### Exercise prompt
Of all the lines in the entries below, give again exactly those starting at the line containing "#222=EDGE_LOOP('',(#216,#217,#220,#221));" and ending at the line containing "#231=ORIENTED_EDGE('',*,*,#171,.T.);", both ends included, and no others.

### Extracted entries
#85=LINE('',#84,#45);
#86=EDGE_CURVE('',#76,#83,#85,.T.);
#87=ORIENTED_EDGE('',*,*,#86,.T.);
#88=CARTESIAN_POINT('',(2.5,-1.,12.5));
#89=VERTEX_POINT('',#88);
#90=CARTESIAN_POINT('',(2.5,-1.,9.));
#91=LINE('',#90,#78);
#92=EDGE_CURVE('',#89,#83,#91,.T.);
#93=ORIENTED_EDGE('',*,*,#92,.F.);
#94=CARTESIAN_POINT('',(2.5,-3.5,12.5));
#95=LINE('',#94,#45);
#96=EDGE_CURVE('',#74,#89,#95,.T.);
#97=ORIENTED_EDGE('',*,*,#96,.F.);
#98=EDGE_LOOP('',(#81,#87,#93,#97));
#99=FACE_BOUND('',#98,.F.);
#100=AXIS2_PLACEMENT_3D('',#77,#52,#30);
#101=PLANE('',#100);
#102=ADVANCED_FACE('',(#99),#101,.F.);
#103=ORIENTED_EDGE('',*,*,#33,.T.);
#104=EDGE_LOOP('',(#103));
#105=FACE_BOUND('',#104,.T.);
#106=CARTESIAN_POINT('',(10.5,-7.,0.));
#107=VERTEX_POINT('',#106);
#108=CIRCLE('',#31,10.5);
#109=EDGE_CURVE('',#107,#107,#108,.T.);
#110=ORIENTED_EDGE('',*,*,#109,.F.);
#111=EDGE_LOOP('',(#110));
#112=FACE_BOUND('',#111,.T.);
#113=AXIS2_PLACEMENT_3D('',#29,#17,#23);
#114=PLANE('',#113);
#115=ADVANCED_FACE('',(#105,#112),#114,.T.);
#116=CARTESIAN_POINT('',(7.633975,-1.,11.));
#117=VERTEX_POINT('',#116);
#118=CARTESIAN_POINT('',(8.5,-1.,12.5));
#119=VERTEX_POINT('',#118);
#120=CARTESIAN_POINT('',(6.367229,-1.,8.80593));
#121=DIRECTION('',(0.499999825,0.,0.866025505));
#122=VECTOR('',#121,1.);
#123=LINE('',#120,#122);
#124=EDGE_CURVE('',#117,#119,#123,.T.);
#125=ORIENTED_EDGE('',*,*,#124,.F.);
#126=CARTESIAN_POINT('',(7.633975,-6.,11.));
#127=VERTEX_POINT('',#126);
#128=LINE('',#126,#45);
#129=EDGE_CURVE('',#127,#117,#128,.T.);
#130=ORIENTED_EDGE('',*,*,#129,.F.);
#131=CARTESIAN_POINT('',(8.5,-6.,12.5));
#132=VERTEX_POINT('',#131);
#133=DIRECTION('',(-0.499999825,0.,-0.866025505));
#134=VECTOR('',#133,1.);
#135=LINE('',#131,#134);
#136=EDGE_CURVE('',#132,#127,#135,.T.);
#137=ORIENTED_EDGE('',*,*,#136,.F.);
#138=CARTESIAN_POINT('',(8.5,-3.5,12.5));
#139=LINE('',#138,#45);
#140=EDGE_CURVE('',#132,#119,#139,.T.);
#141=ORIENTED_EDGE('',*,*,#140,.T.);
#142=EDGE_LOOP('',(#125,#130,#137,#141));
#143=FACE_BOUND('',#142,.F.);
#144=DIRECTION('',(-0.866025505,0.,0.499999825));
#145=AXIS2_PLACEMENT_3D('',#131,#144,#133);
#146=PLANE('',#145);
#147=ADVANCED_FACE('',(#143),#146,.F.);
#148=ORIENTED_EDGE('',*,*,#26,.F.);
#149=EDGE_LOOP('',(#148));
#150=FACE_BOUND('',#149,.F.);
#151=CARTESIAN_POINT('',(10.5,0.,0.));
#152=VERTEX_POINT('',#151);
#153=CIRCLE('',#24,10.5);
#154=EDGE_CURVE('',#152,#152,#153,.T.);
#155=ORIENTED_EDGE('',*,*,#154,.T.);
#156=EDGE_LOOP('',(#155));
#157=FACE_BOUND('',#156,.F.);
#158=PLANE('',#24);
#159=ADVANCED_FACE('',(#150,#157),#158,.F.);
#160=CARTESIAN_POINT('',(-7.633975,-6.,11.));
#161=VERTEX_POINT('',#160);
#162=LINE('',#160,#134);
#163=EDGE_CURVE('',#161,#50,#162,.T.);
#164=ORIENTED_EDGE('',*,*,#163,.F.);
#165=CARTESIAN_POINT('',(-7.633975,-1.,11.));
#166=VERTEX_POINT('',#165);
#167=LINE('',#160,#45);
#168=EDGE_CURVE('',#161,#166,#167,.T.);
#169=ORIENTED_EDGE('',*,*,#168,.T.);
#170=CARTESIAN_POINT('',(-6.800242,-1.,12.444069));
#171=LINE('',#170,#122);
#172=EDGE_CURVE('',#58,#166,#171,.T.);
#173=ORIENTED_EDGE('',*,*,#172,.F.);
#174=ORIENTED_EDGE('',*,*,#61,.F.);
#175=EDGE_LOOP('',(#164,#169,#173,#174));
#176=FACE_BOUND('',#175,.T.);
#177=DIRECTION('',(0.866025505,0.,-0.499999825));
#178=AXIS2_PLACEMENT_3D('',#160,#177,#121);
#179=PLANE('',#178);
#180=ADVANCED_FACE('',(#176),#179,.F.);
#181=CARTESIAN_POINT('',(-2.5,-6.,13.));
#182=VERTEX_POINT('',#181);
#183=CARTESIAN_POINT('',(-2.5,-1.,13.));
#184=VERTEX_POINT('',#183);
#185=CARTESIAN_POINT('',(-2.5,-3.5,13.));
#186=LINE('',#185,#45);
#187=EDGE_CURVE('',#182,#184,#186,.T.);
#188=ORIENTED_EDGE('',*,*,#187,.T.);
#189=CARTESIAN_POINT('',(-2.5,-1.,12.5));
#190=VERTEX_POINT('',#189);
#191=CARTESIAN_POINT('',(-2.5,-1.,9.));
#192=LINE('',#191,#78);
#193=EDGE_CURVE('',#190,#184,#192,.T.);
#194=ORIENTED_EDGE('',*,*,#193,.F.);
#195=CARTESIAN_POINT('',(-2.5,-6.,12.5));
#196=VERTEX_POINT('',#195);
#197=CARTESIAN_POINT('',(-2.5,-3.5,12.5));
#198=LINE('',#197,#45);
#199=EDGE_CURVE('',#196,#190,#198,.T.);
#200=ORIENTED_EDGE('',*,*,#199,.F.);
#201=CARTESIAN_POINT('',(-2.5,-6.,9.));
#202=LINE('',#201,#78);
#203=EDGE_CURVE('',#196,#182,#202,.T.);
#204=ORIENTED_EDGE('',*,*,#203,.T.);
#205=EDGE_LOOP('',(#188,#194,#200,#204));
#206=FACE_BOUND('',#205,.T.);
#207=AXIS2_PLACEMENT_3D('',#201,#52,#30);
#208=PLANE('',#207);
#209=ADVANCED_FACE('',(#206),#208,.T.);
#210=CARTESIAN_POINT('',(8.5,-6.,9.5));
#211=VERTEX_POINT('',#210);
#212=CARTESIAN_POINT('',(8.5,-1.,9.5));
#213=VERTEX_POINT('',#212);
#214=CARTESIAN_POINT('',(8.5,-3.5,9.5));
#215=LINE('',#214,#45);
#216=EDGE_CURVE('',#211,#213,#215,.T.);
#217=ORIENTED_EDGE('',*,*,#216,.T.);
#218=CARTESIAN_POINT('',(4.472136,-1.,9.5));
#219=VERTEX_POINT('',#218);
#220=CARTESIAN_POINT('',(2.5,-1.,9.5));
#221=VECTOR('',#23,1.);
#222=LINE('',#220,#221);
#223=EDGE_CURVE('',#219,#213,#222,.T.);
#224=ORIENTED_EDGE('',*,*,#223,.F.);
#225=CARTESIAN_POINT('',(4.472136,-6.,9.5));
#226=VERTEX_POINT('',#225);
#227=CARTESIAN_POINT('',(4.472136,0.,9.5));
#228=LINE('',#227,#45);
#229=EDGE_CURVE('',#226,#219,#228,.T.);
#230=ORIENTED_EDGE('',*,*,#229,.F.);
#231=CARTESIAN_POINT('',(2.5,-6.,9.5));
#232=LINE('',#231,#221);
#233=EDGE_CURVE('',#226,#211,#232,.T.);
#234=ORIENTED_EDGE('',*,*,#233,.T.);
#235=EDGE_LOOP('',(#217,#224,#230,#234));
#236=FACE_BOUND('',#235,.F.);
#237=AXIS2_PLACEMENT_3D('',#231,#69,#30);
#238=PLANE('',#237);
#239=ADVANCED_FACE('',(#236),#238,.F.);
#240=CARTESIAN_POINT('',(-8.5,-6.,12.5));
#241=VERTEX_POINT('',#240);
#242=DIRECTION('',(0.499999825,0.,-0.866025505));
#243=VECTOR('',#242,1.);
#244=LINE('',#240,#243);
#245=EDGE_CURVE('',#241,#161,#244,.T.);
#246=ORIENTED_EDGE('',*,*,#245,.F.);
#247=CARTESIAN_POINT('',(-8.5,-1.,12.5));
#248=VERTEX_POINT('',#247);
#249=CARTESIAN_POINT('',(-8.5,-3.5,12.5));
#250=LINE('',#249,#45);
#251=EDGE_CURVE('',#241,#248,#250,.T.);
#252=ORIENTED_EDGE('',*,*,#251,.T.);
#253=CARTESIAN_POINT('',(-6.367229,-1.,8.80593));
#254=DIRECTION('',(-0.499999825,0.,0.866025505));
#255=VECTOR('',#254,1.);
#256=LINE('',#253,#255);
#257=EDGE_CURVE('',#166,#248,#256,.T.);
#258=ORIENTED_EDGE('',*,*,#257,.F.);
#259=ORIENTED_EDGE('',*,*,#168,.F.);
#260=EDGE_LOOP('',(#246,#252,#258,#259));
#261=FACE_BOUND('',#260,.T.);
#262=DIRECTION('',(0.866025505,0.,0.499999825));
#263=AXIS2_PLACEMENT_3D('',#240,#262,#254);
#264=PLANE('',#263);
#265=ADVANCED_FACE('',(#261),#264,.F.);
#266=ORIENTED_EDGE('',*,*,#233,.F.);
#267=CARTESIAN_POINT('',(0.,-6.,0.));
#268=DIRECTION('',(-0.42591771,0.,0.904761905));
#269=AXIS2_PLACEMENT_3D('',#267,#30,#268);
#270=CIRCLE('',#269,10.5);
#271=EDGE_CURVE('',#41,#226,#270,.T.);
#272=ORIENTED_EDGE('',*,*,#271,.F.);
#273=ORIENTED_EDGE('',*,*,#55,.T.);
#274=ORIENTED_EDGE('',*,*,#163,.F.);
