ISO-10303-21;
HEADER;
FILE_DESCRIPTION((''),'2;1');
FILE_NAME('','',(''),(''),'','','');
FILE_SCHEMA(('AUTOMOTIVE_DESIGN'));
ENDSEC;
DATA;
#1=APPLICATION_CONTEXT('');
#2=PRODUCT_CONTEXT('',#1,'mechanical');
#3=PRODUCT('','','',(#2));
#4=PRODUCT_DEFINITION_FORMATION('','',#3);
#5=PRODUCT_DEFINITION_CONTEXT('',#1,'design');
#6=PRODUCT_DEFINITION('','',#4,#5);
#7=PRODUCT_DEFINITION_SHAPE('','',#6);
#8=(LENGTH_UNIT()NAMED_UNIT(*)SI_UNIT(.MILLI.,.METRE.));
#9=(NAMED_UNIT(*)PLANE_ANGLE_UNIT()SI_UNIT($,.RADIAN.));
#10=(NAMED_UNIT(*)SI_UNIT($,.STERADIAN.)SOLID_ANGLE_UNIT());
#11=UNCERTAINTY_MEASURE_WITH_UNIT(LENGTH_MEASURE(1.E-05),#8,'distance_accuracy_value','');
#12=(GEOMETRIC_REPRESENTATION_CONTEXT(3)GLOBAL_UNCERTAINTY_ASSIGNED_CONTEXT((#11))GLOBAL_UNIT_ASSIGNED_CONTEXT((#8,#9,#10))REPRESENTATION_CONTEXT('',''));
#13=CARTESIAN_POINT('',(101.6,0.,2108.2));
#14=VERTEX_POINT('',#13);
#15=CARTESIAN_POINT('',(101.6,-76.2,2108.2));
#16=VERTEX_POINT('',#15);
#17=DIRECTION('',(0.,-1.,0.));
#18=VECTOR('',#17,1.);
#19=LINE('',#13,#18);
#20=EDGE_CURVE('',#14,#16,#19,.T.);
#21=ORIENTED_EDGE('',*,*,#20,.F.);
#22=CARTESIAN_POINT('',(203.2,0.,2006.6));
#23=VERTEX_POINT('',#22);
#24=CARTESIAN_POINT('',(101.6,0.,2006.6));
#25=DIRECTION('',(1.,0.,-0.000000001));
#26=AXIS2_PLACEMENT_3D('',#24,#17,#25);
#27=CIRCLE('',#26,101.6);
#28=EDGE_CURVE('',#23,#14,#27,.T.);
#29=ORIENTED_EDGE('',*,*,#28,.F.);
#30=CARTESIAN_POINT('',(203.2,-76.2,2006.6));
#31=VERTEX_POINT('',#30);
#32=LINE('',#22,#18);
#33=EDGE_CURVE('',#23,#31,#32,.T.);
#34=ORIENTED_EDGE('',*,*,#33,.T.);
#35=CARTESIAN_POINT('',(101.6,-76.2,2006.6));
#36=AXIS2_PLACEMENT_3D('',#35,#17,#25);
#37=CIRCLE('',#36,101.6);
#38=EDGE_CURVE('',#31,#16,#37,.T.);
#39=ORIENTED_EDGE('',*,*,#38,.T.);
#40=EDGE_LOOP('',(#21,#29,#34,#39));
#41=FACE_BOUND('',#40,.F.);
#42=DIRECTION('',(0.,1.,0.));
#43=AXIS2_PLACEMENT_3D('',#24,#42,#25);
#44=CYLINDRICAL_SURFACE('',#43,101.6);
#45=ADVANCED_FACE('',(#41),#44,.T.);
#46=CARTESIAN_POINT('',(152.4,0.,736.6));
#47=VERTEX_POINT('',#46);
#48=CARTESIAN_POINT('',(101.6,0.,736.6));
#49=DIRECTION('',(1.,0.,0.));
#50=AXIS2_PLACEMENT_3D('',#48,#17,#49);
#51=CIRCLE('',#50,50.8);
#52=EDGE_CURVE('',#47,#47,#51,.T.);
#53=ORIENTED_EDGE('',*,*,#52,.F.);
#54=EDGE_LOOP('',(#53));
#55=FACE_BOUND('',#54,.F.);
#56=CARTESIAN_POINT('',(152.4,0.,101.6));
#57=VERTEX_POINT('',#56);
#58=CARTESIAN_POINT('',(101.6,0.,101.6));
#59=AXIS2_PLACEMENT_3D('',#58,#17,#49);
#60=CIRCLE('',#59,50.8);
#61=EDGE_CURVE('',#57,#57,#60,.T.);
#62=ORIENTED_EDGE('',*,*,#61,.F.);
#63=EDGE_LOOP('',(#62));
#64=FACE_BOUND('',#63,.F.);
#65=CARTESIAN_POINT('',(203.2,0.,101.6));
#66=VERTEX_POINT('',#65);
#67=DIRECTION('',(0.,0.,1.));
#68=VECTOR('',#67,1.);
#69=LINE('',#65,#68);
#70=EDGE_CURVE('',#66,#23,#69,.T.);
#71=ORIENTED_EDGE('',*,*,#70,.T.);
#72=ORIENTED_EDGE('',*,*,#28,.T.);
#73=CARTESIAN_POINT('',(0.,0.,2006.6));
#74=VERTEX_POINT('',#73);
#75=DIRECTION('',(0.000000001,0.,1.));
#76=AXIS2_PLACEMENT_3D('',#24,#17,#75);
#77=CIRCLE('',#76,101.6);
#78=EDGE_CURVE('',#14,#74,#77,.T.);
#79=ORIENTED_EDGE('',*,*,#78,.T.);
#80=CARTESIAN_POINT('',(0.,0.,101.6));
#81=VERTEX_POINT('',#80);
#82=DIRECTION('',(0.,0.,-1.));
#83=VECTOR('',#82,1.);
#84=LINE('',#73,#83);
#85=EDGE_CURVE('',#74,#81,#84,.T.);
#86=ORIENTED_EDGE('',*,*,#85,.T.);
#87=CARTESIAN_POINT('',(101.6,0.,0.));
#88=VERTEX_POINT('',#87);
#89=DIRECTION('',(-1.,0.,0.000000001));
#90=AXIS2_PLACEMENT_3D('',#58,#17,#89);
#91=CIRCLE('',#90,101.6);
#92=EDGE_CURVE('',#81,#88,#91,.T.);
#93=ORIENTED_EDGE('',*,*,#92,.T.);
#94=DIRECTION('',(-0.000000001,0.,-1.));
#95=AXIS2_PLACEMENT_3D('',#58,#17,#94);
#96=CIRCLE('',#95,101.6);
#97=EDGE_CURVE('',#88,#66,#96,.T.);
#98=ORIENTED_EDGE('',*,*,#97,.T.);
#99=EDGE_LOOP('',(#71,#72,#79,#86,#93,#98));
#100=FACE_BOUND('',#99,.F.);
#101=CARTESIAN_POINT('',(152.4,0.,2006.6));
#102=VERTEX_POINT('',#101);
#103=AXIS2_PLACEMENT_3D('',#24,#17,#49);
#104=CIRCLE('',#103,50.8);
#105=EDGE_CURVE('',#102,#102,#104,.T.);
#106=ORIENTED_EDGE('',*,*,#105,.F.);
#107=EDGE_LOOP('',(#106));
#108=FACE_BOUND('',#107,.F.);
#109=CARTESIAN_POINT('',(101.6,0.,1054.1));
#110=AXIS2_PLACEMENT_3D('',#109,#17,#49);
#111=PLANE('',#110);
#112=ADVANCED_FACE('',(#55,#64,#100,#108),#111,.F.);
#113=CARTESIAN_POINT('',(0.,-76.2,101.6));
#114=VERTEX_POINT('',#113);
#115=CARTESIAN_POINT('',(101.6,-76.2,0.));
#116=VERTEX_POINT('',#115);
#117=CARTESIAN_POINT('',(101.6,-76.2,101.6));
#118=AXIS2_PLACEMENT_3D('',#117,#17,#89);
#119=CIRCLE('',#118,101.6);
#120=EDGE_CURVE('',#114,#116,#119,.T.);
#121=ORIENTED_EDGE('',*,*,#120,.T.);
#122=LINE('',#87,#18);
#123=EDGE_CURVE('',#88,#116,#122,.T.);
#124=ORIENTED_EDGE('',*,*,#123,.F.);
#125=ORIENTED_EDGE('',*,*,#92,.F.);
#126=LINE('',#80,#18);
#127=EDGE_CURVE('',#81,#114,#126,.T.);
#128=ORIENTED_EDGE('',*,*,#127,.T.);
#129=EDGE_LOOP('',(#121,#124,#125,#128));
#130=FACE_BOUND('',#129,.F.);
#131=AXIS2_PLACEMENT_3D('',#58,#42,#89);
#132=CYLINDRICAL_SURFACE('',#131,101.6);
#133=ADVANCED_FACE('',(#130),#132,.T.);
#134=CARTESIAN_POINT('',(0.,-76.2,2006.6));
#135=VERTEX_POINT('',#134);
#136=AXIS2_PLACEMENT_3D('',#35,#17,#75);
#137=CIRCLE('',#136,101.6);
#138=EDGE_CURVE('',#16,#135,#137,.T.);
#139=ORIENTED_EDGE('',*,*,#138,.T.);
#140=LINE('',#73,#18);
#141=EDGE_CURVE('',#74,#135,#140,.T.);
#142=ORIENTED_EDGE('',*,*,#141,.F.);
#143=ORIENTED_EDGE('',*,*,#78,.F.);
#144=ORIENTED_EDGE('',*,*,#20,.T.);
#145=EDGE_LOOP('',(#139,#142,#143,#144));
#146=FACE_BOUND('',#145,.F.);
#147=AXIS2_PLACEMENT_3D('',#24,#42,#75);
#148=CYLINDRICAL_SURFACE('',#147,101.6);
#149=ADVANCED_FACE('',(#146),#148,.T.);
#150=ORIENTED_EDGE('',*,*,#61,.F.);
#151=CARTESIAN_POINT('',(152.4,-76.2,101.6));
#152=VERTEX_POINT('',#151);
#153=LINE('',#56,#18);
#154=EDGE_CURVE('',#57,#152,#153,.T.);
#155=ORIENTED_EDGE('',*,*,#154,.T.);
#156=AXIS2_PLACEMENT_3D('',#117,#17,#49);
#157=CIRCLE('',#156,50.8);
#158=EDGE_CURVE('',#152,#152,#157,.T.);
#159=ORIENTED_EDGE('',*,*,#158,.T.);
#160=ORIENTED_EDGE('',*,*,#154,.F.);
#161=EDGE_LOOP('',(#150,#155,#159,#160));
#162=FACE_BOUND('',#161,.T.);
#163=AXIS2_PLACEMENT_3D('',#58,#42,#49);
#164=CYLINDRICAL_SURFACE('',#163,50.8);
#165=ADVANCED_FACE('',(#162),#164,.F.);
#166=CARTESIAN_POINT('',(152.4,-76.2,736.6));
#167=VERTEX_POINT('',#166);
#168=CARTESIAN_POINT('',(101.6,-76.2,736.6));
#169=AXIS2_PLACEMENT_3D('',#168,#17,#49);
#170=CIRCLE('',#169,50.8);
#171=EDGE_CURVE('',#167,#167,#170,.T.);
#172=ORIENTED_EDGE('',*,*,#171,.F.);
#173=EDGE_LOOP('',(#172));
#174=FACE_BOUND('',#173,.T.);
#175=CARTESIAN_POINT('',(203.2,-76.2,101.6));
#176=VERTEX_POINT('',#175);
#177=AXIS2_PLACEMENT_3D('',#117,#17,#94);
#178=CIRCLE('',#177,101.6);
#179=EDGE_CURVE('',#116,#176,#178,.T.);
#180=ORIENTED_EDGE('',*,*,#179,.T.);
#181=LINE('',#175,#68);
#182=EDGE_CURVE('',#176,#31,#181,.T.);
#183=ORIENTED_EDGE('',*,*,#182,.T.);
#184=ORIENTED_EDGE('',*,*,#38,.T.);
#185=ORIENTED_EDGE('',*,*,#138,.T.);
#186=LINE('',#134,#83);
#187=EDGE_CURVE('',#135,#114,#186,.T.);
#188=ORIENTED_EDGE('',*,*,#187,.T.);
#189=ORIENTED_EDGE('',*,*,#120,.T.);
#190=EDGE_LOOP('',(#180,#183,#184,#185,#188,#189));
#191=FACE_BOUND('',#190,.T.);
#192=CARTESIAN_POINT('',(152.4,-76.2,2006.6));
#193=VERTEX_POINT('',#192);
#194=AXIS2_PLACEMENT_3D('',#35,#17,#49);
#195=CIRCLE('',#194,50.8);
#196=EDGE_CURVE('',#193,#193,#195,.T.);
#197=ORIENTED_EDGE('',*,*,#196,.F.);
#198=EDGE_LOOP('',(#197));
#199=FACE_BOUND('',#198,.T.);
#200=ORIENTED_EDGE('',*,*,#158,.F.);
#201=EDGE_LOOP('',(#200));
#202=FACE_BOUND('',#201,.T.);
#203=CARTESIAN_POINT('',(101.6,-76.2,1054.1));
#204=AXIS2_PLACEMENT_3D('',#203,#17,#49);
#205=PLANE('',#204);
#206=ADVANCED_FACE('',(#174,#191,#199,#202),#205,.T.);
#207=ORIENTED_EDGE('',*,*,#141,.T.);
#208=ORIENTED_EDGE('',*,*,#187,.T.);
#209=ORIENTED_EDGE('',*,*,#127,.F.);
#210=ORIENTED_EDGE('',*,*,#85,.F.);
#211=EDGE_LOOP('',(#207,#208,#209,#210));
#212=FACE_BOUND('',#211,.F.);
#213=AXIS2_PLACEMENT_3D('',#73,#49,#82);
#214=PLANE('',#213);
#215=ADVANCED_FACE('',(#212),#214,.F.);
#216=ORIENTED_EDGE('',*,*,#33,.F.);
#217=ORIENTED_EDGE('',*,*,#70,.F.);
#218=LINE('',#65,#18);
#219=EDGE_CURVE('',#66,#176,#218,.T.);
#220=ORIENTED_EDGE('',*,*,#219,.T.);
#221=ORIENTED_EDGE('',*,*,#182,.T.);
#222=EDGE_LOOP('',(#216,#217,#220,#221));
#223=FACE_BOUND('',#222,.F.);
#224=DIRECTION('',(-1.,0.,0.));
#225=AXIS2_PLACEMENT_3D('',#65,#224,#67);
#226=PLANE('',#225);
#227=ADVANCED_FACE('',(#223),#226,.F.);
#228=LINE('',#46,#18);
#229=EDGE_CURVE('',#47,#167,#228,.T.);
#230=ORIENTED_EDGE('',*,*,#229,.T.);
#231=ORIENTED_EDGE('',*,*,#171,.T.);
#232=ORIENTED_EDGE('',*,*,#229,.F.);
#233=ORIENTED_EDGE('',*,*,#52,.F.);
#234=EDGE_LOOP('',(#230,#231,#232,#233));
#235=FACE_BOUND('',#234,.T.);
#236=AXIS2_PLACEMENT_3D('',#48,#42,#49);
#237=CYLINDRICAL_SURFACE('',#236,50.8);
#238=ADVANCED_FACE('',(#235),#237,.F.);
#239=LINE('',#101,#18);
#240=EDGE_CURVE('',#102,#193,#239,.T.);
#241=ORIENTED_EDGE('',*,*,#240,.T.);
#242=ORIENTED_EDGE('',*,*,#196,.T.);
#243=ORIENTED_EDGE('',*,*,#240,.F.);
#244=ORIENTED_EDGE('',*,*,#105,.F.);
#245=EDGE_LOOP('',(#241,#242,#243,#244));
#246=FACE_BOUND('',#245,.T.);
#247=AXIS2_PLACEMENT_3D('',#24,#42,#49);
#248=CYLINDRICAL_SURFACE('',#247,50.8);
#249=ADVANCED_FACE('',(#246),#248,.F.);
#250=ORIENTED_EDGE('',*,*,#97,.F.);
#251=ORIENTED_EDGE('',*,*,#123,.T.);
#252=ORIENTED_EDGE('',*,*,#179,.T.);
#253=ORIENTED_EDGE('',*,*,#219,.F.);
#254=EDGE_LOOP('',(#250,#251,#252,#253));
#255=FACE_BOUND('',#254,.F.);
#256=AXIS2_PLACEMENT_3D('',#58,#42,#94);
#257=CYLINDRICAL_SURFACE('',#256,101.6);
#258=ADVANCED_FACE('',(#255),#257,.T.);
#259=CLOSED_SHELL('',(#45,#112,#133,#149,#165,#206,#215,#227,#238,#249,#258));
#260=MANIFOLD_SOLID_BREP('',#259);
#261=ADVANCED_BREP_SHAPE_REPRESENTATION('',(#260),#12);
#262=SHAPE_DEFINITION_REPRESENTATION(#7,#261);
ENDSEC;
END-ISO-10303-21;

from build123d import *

# Parameters (mm, degrees)
F0_R     = 50.8
F1_DEPTH = 76.2


with BuildPart() as f1:
    # F0 (on Front) → F1 (new body)
    with BuildSketch(Plane.XZ):
        with BuildLine():
            Line((0, 2006.6), (0, 101.6))
            ThreePointArc((0, 101.6), (29.757951, 29.757951), (101.6, 0))
            ThreePointArc((101.6, 0), (173.442049, 29.757951), (203.2, 101.6))
            Line((203.2, 101.6), (203.2, 2006.6))
            ThreePointArc((203.2, 2006.6), (173.442049, 2078.442049), (101.6, 2108.2))
            ThreePointArc((101.6, 2108.2), (29.757951, 2078.442049), (0, 2006.6))
        make_face()
        with Locations((101.6, 101.6)):
            Circle(F0_R, mode=Mode.SUBTRACT)
        with Locations((101.6, 736.6)):
            Circle(F0_R, mode=Mode.SUBTRACT)
        with Locations((101.6, 2006.6)):
            Circle(F0_R, mode=Mode.SUBTRACT)
    extrude(amount=F1_DEPTH)


solid = f1.part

### Result of the exercise
#222=EDGE_LOOP('',(#216,#217,#220,#221));
#223=FACE_BOUND('',#222,.F.);
#224=DIRECTION('',(-1.,0.,0.));
#225=AXIS2_PLACEMENT_3D('',#65,#224,#67);
#226=PLANE('',#225);
#227=ADVANCED_FACE('',(#223),#226,.F.);
#228=LINE('',#46,#18);
#229=EDGE_CURVE('',#47,#167,#228,.T.);
#230=ORIENTED_EDGE('',*,*,#229,.T.);
#231=ORIENTED_EDGE('',*,*,#171,.T.);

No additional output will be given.